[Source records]
----------

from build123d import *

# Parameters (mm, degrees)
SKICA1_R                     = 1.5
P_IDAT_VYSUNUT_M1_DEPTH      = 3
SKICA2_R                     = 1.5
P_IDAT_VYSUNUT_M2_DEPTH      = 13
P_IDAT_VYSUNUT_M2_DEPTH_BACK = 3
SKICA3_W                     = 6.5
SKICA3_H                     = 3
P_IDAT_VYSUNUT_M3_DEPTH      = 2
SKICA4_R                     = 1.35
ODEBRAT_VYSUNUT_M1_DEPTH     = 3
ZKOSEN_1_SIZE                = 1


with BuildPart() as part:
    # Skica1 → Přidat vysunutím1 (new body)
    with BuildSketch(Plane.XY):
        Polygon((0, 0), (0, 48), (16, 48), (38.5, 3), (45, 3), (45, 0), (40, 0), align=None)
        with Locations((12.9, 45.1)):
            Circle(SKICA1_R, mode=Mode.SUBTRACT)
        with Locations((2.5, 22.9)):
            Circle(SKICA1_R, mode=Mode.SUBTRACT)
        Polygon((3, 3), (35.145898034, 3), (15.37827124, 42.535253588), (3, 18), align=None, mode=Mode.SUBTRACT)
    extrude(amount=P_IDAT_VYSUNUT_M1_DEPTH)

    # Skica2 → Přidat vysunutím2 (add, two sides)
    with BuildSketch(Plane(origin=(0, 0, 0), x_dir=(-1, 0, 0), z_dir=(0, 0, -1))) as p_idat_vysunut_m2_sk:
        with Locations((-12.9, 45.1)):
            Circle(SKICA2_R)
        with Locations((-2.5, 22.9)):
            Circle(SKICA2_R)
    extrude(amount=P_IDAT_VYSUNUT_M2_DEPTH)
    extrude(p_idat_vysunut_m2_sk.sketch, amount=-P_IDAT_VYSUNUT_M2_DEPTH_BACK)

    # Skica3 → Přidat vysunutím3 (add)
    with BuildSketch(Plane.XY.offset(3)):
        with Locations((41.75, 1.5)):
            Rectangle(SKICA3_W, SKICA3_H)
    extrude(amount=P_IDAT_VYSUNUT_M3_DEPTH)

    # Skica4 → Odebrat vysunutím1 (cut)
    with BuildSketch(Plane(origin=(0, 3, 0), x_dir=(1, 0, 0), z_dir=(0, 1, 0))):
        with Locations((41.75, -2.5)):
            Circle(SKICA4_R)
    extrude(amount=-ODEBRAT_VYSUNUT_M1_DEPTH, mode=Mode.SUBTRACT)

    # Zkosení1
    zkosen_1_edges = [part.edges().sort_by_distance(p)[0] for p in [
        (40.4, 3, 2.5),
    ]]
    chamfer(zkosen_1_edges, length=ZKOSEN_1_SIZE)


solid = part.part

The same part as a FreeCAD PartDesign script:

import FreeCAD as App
import Part
import Sketcher
from FreeCAD import Vector


def edges_at(feature, points):
    """Names of the edges that pass closest to the given points."""
    edges = feature.Shape.Edges
    near = lambda p: min(range(len(edges)), key=lambda i: edges[i].distToShape(Part.Vertex(*p))[0])
    return sorted({f"Edge{near(p) + 1}" for p in points})

doc = App.newDocument("Part")
body = doc.addObject("PartDesign::Body", "Body")

sketch1 = body.newObject("Sketcher::SketchObject", "Sketch")
sketch1.AttachmentSupport = (doc.getObject("XY_Plane"), [""])
sketch1.MapMode = "FlatFace"
sketch1.addGeometry(Part.LineSegment(Vector(0, 48, 0), Vector(0, 0, 0)), False)
sketch1.addGeometry(Part.LineSegment(Vector(0, 0, 0), Vector(45, 0, 0)), False)
sketch1.addGeometry(Part.LineSegment(Vector(45, 0, 0), Vector(45, 3, 0)), False)
sketch1.addGeometry(Part.LineSegment(Vector(45, 3, 0), Vector(38.5, 3, 0)), False)
sketch1.addGeometry(Part.LineSegment(Vector(38.5, 3, 0), Vector(16, 48, 0)), False)
sketch1.addGeometry(Part.LineSegment(Vector(16, 48, 0), Vector(0, 48, 0)), False)
sketch1.addGeometry(Part.LineSegment(Vector(3, 3, 0), Vector(3, 18, 0)), False)
sketch1.addGeometry(Part.LineSegment(Vector(3, 18, 0), Vector(15.378271, 42.535254, 0)), False)
sketch1.addGeometry(Part.LineSegment(Vector(15.378271, 42.535254, 0), Vector(35.145898, 3, 0)), False)
sketch1.addGeometry(Part.LineSegment(Vector(35.145898, 3, 0), Vector(3, 3, 0)), False)
sketch1.addGeometry(Part.Circle(Vector(2.5, 22.9, 0), Vector(0, 0, 1), 1.5), False)
sketch1.addGeometry(Part.Circle(Vector(12.9, 45.1, 0), Vector(0, 0, 1), 1.5), False)
sketch1.addConstraint(Sketcher.Constraint("Coincident", 0, 2, 1, 1))
sketch1.addConstraint(Sketcher.Constraint("Coincident", 1, 2, 2, 1))
sketch1.addConstraint(Sketcher.Constraint("Coincident", 2, 2, 3, 1))
sketch1.addConstraint(Sketcher.Constraint("Coincident", 3, 2, 4, 1))
sketch1.addConstraint(Sketcher.Constraint("Coincident", 4, 2, 5, 1))
sketch1.addConstraint(Sketcher.Constraint("Coincident", 5, 2, 0, 1))
sketch1.addConstraint(Sketcher.Constraint("Coincident", 6, 2, 7, 1))
sketch1.addConstraint(Sketcher.Constraint("Coincident", 7, 2, 8, 1))
sketch1.addConstraint(Sketcher.Constraint("Coincident", 8, 2, 9, 1))
sketch1.addConstraint(Sketcher.Constraint("Coincident", 9, 2, 6, 1))
sketch1.addConstraint(Sketcher.Constraint("Vertical", 0))
sketch1.addConstraint(Sketcher.Constraint("Horizontal", 1))
sketch1.addConstraint(Sketcher.Constraint("Vertical", 2))
sketch1.addConstraint(Sketcher.Constraint("Horizontal", 3))
sketch1.addConstraint(Sketcher.Constraint("Horizontal", 5))
sketch1.addConstraint(Sketcher.Constraint("Vertical", 6))
sketch1.addConstraint(Sketcher.Constraint("Horizontal", 9))
sketch1.addConstraint(Sketcher.Constraint("Coincident", 0, 2, -1, 1))
sketch1.addConstraint(Sketcher.Constraint("Equal", 10, 11))
sketch1.addConstraint(Sketcher.Constraint("Parallel", 4, 8))
sketch1.addConstraint(Sketcher.Constraint("Horizontal", 3, 2, 8, 2))
sketch1.addConstraint(Sketcher.Constraint("Diameter", 10, 3.0))
sketch1.addConstraint(Sketcher.Constraint("DistanceX", 1, 1, 1, 2, 45.0))
sketch1.addConstraint(Sketcher.Constraint("DistanceX", 5, 2, 5, 1, 16.0))
sketch1.addConstraint(Sketcher.Constraint("DistanceY", 0, 2, 0, 1, 48.0))
sketch1.addConstraint(Sketcher.Constraint("DistanceY", 2, 1, 2, 2, 3.0))
sketch1.addConstraint(Sketcher.Constraint("DistanceY", 6, 1, 6, 2, 15.0))
sketch1.addConstraint(Sketcher.Constraint("DistanceX", 3, 2, 3, 1, 6.5))
sketch1.addConstraint(Sketcher.Constraint("DistanceX", -1, 1, 6, 2, 3.0))
sketch1.addConstraint(Sketcher.Constraint("DistanceX", 10, 3, 3, 2, 36.0))
sketch1.addConstraint(Sketcher.Constraint("DistanceY", -1, 1, 10, 3, 22.9))
sketch1.addConstraint(Sketcher.Constraint("DistanceX", -1, 1, 11, 3, 12.9))
sketch1.addConstraint(Sketcher.Constraint("DistanceY", -1, 1, 11, 3, 45.1))
sketch1.addConstraint(Sketcher.Constraint("DistanceX", 9, 2, 9, 1, 32.145898))
sketch1.addConstraint(Sketcher.Constraint("DistanceX", -1, 1, 7, 2, 15.378271))
pad1 = body.newObject("PartDesign::Pad", "Pad")
pad1.Profile = sketch1
pad1.Length = 3

sketch2 = body.newObject("Sketcher::SketchObject", "Sketch001")
sketch2.AttachmentSupport = (doc.getObject("XY_Plane"), [""])
sketch2.MapMode = "FlatFace"
sketch2.addGeometry(Part.Circle(Vector(12.9, 45.1, 0), Vector(0, 0, 1), 1.5), False)
sketch2.addGeometry(Part.Circle(Vector(2.5, 22.9, 0), Vector(0, 0, 1), 1.5), False)
sketch2.addConstraint(Sketcher.Constraint("Equal", 0, 1))
sketch2.addConstraint(Sketcher.Constraint("Diameter", 0, 3.0))
sketch2.addConstraint(Sketcher.Constraint("DistanceX", -1, 1, 0, 3, 12.9))
sketch2.addConstraint(Sketcher.Constraint("DistanceY", -1, 1, 0, 3, 45.1))
sketch2.addConstraint(Sketcher.Constraint("DistanceX", -1, 1, 1, 3, 2.5))
sketch2.addConstraint(Sketcher.Constraint("DistanceY", -1, 1, 1, 3, 22.9))
pad2 = body.newObject("PartDesign::Pad", "Pad001")
pad2.Profile = sketch2
pad2.Type = "TwoLengths"
pad2.Length = 13
pad2.Length2 = 3
pad2.Reversed = True

sketch3 = body.newObject("Sketcher::SketchObject", "Sketch002")
sketch3.AttachmentSupport = (doc.getObject("XY_Plane"), [""])
sketch3.MapMode = "FlatFace"
sketch3.AttachmentOffset = App.Placement(Vector(0, 0, 3), App.Rotation())
sketch3.addGeometry(Part.LineSegment(Vector(38.5, 3, 0), Vector(38.5, 0, 0)), False)
sketch3.addGeometry(Part.LineSegment(Vector(38.5, 0, 0), Vector(45, 0, 0)), False)
sketch3.addGeometry(Part.LineSegment(Vector(45, 0, 0), Vector(45, 3, 0)), False)
sketch3.addGeometry(Part.LineSegment(Vector(45, 3, 0), Vector(38.5, 3, 0)), False)
sketch3.addConstraint(Sketcher.Constraint("Coincident", 0, 2, 1, 1))
sketch3.addConstraint(Sketcher.Constraint("Coincident", 1, 2, 2, 1))
sketch3.addConstraint(Sketcher.Constraint("Coincident", 2, 2, 3, 1))
sketch3.addConstraint(Sketcher.Constraint("Coincident", 3, 2, 0, 1))
sketch3.addConstraint(Sketcher.Constraint("Vertical", 0))
sketch3.addConstraint(Sketcher.Constraint("Horizontal", 1))
sketch3.addConstraint(Sketcher.Constraint("Vertical", 2))
sketch3.addConstraint(Sketcher.Constraint("Horizontal", 3))
sketch3.addConstraint(Sketcher.Constraint("PointOnObject", 0, 2, -1))
sketch3.addConstraint(Sketcher.Constraint("DistanceY", 0, 2, 0, 1, 3.0))
sketch3.addConstraint(Sketcher.Constraint("DistanceX", 1, 1, 1, 2, 6.5))
sketch3.addConstraint(Sketcher.Constraint("DistanceX", -1, 1, 1, 2, 45.0))
pad3 = body.newObject("PartDesign::Pad", "Pad002")
pad3.Profile = sketch3
pad3.Length = 2

sketch4 = body.newObject("Sketcher::SketchObject", "Sketch003")
sketch4.AttachmentSupport = (doc.getObject("XZ_Plane"), [""])
sketch4.MapMode = "FlatFace"
sketch4.AttachmentOffset = App.Placement(Vector(0, 0, -3), App.Rotation())
sketch4.addGeometry(Part.Circle(Vector(41.75, 2.5, 0), Vector(0, 0, 1), 1.35), False)
sketch4.addConstraint(Sketcher.Constraint("Diameter", 0, 2.7))
sketch4.addConstraint(Sketcher.Constraint("DistanceY", -1, 1, 0, 3, 2.5))
sketch4.addConstraint(Sketcher.Constraint("DistanceX", -1, 1, 0, 3, 41.75))
pocket1 = body.newObject("PartDesign::Pocket", "Pocket")
pocket1.Profile = sketch4
pocket1.Length = 3
pocket1.Reversed = True
doc.recompute()

chamfer = body.newObject("PartDesign::Chamfer", "Chamfer")
chamfer.Base = (pocket1, edges_at(pocket1, [(40.4, 3, 2.5)]))
chamfer.Size = 1

doc.recompute()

----------

**Instructions to follow**:
Please reproduce, exactly as written, the lines of the records from the first line through the one containing "18), align=None, mode=Mode.SUBTRACT)".

**Response area**:
from build123d import *

# Parameters (mm, degrees)
SKICA1_R                     = 1.5
P_IDAT_VYSUNUT_M1_DEPTH      = 3
SKICA2_R                     = 1.5
P_IDAT_VYSUNUT_M2_DEPTH      = 13
P_IDAT_VYSUNUT_M2_DEPTH_BACK = 3
SKICA3_W                     = 6.5
SKICA3_H                     = 3
P_IDAT_VYSUNUT_M3_DEPTH      = 2
SKICA4_R                     = 1.35
ODEBRAT_VYSUNUT_M1_DEPTH     = 3
ZKOSEN_1_SIZE                = 1


with BuildPart() as part:
    # Skica1 → Přidat vysunutím1 (new body)
    with BuildSketch(Plane.XY):
        Polygon((0, 0), (0, 48), (16, 48), (38.5, 3), (45, 3), (45, 0), (40, 0), align=None)
        with Locations((12.9, 45.1)):
            Circle(SKICA1_R, mode=Mode.SUBTRACT)
        with Locations((2.5, 22.9)):
            Circle(SKICA1_R, mode=Mode.SUBTRACT)
        Polygon((3, 3), (35.145898034, 3), (15.37827124, 42.535253588), (3, 18), align=None, mode=Mode.SUBTRACT)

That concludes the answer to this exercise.